Nothing outside the range is wanted. Repeat exactly the lines below from the one with "face PLANE(AX(P(-12.7,0,-520.7),D(1,0,0),D(0,0,1))) [e46" through the one with "face PLANE(AX(P(-12.7,0,-444.5),D(0,0,-1),D(1,0,0))) [e33".

━━━━━━

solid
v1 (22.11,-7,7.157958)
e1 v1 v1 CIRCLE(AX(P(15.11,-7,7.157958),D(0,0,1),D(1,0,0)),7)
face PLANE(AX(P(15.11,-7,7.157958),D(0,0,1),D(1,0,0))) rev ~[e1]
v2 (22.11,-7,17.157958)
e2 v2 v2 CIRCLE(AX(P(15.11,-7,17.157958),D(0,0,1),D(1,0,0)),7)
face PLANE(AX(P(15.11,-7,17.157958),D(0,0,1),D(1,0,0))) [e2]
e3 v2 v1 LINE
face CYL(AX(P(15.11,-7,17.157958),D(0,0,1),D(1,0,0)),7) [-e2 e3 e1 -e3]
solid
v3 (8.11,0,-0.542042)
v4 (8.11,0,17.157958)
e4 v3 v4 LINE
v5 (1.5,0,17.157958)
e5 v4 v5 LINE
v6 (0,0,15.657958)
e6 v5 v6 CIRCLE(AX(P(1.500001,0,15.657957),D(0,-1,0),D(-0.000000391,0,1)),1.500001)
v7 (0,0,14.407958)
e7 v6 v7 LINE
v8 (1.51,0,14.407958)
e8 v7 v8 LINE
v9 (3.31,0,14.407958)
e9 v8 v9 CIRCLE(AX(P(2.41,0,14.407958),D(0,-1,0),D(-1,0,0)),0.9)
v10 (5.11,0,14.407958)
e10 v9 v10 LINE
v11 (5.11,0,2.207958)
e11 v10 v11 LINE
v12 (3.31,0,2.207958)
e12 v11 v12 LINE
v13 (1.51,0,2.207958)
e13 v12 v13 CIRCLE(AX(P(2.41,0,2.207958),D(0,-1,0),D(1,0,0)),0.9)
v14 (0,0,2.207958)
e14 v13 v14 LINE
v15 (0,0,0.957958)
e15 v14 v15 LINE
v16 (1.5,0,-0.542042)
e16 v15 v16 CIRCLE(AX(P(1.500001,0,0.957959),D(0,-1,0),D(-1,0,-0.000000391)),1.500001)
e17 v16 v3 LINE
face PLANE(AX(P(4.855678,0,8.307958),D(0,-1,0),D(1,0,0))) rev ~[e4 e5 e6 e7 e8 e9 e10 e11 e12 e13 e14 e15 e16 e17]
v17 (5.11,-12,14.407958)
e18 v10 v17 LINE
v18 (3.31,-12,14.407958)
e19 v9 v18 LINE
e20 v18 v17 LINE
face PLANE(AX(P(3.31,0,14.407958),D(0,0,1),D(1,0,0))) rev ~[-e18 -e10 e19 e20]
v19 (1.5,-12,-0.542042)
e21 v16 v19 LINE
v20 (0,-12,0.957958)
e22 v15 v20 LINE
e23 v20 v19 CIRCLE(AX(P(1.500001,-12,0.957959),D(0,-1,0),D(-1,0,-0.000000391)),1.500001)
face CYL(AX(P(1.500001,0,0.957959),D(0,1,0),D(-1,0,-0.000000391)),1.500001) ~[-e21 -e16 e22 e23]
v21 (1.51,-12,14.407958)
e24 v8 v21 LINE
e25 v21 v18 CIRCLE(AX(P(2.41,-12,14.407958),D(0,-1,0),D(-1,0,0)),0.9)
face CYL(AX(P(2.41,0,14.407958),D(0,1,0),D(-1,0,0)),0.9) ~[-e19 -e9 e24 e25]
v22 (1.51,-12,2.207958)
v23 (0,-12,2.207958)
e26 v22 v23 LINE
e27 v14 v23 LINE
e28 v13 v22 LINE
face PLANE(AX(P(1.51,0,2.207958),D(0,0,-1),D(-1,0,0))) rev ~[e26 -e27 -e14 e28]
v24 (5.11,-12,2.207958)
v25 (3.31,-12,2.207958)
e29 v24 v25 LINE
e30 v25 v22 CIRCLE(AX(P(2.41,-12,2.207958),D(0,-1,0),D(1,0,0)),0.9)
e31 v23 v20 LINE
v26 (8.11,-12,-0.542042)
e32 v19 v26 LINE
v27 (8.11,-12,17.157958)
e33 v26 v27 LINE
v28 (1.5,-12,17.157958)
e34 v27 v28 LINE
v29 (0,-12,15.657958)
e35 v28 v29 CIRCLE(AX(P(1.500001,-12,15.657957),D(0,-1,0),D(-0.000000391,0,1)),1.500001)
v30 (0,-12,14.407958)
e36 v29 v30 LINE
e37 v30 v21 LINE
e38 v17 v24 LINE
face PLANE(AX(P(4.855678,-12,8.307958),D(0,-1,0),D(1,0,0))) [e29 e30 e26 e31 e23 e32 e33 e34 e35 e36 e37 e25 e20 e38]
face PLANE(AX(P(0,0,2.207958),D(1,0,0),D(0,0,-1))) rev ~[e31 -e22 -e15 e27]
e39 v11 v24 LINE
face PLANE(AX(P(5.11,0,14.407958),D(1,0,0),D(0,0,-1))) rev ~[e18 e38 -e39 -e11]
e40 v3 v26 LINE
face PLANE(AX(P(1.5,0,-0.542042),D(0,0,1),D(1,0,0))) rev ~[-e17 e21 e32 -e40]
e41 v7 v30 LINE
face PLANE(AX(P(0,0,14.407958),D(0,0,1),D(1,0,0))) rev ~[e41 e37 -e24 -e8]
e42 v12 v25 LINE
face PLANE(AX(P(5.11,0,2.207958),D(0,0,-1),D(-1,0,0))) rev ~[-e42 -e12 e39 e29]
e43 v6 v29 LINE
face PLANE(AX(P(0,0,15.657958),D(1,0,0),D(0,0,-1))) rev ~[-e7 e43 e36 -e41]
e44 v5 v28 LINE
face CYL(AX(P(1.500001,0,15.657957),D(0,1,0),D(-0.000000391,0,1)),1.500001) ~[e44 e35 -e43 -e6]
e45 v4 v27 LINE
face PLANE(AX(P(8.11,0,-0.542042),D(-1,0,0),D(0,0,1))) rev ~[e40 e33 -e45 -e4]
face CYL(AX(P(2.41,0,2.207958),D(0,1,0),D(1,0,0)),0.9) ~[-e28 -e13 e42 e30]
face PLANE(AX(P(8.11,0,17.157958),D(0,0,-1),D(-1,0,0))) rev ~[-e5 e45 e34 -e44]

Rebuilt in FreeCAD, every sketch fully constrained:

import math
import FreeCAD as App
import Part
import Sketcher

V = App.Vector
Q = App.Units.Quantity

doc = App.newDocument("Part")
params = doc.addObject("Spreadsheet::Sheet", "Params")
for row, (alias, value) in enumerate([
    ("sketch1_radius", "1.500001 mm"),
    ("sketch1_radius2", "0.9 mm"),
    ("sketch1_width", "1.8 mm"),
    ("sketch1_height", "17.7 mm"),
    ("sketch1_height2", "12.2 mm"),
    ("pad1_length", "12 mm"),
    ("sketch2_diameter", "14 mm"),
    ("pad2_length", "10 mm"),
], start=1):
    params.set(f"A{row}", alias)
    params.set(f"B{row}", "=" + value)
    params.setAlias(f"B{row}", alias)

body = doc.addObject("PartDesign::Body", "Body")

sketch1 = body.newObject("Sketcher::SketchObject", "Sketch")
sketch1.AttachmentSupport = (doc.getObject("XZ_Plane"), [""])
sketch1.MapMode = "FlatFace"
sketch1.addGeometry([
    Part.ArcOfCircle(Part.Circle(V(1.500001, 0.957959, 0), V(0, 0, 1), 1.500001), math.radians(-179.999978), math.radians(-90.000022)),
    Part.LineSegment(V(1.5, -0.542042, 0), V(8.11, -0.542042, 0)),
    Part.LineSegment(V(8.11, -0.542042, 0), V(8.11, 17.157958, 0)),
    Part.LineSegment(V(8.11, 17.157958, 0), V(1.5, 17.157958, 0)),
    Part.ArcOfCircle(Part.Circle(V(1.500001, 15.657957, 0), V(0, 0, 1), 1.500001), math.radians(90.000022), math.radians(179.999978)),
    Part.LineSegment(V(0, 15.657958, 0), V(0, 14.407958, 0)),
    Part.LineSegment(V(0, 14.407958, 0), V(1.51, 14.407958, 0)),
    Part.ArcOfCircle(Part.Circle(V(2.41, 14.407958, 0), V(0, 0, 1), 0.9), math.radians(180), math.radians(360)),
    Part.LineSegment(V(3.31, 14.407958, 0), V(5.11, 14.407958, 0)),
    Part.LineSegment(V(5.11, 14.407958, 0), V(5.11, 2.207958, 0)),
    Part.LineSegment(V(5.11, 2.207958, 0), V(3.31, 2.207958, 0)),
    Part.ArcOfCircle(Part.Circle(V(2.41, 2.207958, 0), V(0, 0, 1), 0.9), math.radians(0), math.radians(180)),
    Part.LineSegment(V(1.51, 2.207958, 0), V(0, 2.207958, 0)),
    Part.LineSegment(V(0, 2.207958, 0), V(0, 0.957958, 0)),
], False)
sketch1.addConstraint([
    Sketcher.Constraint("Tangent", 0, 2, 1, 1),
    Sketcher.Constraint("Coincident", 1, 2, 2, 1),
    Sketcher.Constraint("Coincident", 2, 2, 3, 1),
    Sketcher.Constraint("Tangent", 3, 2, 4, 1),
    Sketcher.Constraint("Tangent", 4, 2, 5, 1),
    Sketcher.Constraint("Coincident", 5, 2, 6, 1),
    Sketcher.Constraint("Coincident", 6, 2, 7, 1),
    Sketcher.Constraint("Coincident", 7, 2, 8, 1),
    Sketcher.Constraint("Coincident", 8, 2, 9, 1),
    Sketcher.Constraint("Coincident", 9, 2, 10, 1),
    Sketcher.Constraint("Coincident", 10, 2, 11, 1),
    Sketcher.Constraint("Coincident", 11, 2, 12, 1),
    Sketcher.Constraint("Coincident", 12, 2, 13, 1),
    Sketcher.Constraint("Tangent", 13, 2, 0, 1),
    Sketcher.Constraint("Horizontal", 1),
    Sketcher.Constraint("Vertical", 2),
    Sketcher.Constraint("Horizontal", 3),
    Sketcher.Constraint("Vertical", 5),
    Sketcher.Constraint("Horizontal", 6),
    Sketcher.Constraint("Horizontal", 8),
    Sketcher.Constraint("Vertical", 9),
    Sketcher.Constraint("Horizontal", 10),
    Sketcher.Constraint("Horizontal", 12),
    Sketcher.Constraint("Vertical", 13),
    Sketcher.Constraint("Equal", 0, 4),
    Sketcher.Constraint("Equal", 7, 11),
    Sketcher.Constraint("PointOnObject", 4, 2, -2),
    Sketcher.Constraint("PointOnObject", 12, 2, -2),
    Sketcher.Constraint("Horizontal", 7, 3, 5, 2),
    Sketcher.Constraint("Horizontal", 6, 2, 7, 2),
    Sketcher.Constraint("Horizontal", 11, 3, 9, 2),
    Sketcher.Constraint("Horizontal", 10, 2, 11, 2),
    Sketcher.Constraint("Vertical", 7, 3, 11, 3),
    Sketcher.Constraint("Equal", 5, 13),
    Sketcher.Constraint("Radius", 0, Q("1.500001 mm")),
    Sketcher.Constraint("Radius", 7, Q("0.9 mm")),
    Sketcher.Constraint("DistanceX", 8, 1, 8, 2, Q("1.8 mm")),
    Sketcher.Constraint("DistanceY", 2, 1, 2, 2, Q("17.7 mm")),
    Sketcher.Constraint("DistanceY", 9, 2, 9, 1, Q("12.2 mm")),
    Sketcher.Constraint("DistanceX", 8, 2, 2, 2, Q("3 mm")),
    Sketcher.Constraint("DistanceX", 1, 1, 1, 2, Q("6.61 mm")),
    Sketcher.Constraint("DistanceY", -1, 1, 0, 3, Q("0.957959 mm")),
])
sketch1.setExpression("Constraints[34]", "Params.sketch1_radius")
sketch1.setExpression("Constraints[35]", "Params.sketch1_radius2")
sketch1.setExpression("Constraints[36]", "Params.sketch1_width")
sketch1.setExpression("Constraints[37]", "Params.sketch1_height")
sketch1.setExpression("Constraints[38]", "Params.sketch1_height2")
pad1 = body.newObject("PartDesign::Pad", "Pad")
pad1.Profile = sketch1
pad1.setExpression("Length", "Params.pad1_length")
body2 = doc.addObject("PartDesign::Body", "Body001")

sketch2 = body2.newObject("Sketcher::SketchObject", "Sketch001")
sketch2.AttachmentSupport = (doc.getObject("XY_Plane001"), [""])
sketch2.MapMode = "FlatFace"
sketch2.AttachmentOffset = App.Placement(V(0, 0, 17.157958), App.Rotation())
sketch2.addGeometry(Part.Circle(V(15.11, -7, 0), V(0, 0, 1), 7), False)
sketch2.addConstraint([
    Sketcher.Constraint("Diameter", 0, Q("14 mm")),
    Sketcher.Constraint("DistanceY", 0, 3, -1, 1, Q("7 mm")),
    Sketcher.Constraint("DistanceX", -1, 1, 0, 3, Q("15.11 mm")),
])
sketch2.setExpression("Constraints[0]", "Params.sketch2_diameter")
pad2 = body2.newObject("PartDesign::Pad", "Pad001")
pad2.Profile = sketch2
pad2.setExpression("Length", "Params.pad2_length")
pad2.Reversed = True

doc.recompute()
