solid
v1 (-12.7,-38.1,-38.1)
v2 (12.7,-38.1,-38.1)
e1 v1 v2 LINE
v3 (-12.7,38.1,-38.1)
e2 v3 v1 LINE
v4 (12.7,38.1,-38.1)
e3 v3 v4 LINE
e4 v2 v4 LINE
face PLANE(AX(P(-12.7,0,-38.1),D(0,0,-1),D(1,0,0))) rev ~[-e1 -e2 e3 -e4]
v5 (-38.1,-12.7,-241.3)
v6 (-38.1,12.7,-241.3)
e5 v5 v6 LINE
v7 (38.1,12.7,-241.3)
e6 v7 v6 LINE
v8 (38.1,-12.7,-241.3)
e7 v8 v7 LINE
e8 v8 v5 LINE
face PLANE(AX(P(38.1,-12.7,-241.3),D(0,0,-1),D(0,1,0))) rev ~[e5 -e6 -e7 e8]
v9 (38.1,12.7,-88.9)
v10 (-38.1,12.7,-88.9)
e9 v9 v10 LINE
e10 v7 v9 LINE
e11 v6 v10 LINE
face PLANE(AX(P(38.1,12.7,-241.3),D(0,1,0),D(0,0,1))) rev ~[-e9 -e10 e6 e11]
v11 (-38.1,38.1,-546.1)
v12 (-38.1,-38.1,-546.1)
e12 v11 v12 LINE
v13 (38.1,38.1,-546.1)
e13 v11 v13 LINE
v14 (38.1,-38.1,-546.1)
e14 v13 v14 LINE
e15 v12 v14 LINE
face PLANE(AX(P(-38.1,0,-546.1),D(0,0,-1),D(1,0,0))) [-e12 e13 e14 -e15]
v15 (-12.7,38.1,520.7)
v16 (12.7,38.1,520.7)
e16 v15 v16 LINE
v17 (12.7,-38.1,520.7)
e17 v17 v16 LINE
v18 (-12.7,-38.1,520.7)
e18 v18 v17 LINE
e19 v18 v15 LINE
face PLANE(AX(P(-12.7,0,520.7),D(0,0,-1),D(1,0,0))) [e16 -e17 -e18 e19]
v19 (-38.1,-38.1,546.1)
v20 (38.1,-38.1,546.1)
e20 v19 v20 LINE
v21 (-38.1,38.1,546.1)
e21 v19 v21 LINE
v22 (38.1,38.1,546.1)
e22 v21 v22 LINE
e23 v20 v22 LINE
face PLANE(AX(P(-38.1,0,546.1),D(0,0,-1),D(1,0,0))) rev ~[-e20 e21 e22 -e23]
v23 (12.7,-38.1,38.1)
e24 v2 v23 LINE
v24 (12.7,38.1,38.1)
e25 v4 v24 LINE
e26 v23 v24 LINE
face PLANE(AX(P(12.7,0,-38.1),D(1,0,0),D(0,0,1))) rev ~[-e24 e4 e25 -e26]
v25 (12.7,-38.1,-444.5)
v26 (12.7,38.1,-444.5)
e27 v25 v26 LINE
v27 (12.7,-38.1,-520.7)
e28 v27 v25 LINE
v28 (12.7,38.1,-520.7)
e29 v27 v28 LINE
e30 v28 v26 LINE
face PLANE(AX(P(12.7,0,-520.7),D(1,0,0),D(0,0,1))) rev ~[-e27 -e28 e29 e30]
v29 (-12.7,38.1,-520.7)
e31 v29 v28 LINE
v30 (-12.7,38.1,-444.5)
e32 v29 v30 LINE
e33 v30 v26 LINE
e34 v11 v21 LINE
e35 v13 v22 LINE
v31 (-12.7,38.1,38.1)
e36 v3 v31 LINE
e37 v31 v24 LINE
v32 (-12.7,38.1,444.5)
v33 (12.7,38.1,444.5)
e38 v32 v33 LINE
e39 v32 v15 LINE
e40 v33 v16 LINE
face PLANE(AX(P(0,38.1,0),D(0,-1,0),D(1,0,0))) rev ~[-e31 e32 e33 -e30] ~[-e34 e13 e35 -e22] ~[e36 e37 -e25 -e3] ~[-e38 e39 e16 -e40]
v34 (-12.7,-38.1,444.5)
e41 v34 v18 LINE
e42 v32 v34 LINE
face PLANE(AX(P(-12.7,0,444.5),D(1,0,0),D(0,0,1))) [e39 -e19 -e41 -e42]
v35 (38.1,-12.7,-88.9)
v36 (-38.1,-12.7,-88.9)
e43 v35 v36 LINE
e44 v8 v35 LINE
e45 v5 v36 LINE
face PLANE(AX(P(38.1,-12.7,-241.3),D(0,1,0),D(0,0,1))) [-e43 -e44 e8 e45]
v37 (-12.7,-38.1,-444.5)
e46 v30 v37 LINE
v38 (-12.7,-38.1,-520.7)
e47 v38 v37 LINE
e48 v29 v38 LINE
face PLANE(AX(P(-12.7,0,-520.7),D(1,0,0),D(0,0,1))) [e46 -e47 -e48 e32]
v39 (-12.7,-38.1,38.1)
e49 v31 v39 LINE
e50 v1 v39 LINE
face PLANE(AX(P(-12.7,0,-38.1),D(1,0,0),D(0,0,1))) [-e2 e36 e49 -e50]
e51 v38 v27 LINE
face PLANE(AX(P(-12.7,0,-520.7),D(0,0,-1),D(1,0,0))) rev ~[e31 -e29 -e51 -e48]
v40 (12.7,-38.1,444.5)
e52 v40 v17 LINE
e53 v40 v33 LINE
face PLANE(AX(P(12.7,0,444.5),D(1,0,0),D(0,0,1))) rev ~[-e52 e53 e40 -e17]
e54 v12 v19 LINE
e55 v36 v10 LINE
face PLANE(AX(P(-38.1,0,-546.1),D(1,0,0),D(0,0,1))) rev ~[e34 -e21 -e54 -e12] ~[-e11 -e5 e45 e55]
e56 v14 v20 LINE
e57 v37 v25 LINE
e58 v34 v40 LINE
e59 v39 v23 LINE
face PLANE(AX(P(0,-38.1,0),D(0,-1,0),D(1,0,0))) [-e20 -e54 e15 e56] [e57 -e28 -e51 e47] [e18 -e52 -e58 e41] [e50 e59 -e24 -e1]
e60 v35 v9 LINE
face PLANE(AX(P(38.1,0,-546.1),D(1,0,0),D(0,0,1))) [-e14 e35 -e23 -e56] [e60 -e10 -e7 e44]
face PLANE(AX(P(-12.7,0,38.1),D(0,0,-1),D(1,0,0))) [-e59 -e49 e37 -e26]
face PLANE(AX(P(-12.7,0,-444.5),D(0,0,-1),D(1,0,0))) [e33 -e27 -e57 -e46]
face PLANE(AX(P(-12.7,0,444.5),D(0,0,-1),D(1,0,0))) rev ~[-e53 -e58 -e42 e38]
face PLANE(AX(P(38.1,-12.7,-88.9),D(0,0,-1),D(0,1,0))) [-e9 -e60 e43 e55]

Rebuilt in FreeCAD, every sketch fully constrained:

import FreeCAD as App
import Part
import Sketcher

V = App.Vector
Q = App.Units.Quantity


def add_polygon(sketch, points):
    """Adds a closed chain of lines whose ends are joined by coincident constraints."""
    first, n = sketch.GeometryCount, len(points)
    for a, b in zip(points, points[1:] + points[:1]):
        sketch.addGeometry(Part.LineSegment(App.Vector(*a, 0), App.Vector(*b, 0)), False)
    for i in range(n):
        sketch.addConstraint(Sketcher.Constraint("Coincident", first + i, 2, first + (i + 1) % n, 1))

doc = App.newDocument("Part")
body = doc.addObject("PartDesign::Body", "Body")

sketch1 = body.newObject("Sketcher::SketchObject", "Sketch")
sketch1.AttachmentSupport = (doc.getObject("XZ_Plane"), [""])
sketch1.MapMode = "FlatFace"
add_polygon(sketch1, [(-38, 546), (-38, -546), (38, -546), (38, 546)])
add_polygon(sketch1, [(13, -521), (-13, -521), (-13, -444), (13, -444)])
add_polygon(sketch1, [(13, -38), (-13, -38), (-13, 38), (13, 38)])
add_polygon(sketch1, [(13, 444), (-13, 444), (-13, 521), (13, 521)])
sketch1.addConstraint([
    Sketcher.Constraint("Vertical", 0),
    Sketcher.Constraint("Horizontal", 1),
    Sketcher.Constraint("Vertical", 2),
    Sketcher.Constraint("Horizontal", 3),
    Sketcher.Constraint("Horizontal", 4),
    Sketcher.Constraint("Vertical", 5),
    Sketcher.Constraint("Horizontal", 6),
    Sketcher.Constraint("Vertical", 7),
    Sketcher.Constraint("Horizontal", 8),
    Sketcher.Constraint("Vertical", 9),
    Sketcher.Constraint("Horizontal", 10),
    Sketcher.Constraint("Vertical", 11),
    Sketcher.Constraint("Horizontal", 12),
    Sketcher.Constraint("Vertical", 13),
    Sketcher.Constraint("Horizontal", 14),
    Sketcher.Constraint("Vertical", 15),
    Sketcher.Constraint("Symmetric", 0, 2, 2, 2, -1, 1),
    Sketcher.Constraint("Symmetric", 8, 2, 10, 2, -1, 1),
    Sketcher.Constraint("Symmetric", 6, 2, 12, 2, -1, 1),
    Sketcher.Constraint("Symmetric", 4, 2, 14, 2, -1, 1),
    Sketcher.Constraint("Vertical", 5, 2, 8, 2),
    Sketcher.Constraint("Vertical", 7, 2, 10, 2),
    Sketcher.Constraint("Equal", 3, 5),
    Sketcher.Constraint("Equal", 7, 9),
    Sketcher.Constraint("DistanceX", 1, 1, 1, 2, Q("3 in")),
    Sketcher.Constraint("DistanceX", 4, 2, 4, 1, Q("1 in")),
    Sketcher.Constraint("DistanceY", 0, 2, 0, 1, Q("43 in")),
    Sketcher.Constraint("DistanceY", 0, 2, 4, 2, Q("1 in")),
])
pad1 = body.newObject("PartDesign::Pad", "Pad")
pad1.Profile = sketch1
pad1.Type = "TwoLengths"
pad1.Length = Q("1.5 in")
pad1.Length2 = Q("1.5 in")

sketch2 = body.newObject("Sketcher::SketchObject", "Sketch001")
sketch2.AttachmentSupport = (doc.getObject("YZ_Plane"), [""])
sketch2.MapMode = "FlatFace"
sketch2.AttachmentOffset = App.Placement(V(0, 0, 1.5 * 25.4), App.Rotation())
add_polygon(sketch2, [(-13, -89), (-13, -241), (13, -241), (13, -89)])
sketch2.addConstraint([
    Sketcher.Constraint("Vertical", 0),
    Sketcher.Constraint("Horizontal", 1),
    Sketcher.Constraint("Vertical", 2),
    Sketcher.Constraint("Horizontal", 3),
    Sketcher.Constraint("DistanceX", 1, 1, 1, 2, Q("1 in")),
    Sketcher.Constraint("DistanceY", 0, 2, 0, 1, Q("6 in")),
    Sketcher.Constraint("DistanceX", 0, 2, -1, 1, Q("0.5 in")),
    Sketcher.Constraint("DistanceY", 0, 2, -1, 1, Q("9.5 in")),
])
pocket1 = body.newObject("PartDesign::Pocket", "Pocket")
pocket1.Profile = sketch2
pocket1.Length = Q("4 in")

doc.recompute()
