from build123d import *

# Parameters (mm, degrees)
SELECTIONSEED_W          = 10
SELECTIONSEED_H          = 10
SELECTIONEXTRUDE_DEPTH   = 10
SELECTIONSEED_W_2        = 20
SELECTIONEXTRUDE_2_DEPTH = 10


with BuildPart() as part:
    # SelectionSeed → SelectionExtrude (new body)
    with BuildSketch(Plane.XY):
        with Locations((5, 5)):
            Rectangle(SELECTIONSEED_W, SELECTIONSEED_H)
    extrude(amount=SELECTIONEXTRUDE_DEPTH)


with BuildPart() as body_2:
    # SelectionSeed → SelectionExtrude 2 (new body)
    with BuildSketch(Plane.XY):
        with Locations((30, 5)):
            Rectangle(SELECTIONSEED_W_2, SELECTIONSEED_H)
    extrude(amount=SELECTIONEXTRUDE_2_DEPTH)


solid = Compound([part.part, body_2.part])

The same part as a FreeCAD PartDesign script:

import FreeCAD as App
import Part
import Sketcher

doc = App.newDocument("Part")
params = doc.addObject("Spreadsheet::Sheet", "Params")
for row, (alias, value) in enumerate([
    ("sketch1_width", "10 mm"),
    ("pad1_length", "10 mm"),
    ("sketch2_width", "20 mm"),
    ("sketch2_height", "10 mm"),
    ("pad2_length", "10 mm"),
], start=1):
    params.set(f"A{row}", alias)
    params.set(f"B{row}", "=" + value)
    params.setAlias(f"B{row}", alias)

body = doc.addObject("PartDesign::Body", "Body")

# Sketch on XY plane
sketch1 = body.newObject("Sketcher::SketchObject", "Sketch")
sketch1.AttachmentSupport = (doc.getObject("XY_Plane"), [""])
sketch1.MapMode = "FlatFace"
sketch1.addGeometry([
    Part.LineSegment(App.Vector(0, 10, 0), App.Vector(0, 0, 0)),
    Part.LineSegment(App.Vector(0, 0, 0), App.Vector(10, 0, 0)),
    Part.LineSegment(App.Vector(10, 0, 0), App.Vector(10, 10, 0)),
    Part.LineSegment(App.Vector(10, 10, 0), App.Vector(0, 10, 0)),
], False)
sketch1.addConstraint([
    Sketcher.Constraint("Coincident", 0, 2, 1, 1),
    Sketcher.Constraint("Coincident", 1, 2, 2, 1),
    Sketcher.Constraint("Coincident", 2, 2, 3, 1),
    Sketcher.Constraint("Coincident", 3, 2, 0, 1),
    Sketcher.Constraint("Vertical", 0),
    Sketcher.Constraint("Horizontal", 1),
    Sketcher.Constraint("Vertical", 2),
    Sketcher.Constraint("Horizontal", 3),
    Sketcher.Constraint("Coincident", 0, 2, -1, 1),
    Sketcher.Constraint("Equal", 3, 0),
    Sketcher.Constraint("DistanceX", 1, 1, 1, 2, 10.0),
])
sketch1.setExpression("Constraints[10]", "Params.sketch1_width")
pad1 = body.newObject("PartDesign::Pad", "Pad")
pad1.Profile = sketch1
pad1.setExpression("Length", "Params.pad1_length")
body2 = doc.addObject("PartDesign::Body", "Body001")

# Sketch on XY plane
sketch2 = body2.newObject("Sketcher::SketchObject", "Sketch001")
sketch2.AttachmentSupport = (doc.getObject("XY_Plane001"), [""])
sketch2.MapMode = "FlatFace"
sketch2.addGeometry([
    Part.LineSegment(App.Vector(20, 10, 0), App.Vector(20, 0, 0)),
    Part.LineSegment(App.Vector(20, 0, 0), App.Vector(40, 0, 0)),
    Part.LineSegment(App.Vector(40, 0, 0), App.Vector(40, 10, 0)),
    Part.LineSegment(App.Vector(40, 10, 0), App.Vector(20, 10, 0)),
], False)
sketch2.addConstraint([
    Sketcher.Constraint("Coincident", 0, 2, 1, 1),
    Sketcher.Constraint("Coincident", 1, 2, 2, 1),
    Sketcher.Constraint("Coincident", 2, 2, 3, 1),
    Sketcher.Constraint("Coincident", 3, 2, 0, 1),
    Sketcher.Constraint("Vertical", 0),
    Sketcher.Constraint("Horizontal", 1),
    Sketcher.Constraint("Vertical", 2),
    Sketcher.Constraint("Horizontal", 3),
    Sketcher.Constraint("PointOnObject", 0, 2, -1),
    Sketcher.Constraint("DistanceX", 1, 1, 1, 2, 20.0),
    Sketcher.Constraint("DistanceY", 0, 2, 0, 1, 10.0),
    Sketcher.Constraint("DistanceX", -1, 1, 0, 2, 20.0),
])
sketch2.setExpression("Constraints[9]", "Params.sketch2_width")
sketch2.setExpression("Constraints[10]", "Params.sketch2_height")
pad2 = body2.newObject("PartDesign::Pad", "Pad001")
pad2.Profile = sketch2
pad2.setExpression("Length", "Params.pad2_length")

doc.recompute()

━━━━━━

» **Solved problem**
face PLANE(AX(P(-12.7,0,-520.7),D(1,0,0),D(0,0,1))) [e46 -e47 -e48 e32]
v39 (-12.7,-38.1,38.1)
e49 v31 v39 LINE
e50 v1 v39 LINE
face PLANE(AX(P(-12.7,0,-38.1),D(1,0,0),D(0,0,1))) [-e2 e36 e49 -e50]
e51 v38 v27 LINE
face PLANE(AX(P(-12.7,0,-520.7),D(0,0,-1),D(1,0,0))) rev ~[e31 -e29 -e51 -e48]
v40 (12.7,-38.1,444.5)
e52 v40 v17 LINE
e53 v40 v33 LINE
face PLANE(AX(P(12.7,0,444.5),D(1,0,0),D(0,0,1))) rev ~[-e52 e53 e40 -e17]
e54 v12 v19 LINE
e55 v36 v10 LINE
face PLANE(AX(P(-38.1,0,-546.1),D(1,0,0),D(0,0,1))) rev ~[e34 -e21 -e54 -e12] ~[-e11 -e5 e45 e55]
e56 v14 v20 LINE
e57 v37 v25 LINE
e58 v34 v40 LINE
e59 v39 v23 LINE
face PLANE(AX(P(0,-38.1,0),D(0,-1,0),D(1,0,0))) [-e20 -e54 e15 e56] [e57 -e28 -e51 e47] [e18 -e52 -e58 e41] [e50 e59 -e24 -e1]
e60 v35 v9 LINE
face PLANE(AX(P(38.1,0,-546.1),D(1,0,0),D(0,0,1))) [-e14 e35 -e23 -e56] [e60 -e10 -e7 e44]
face PLANE(AX(P(-12.7,0,38.1),D(0,0,-1),D(1,0,0))) [-e59 -e49 e37 -e26]
face PLANE(AX(P(-12.7,0,-444.5),D(0,0,-1),D(1,0,0))) [e33 -e27 -e57 -e46]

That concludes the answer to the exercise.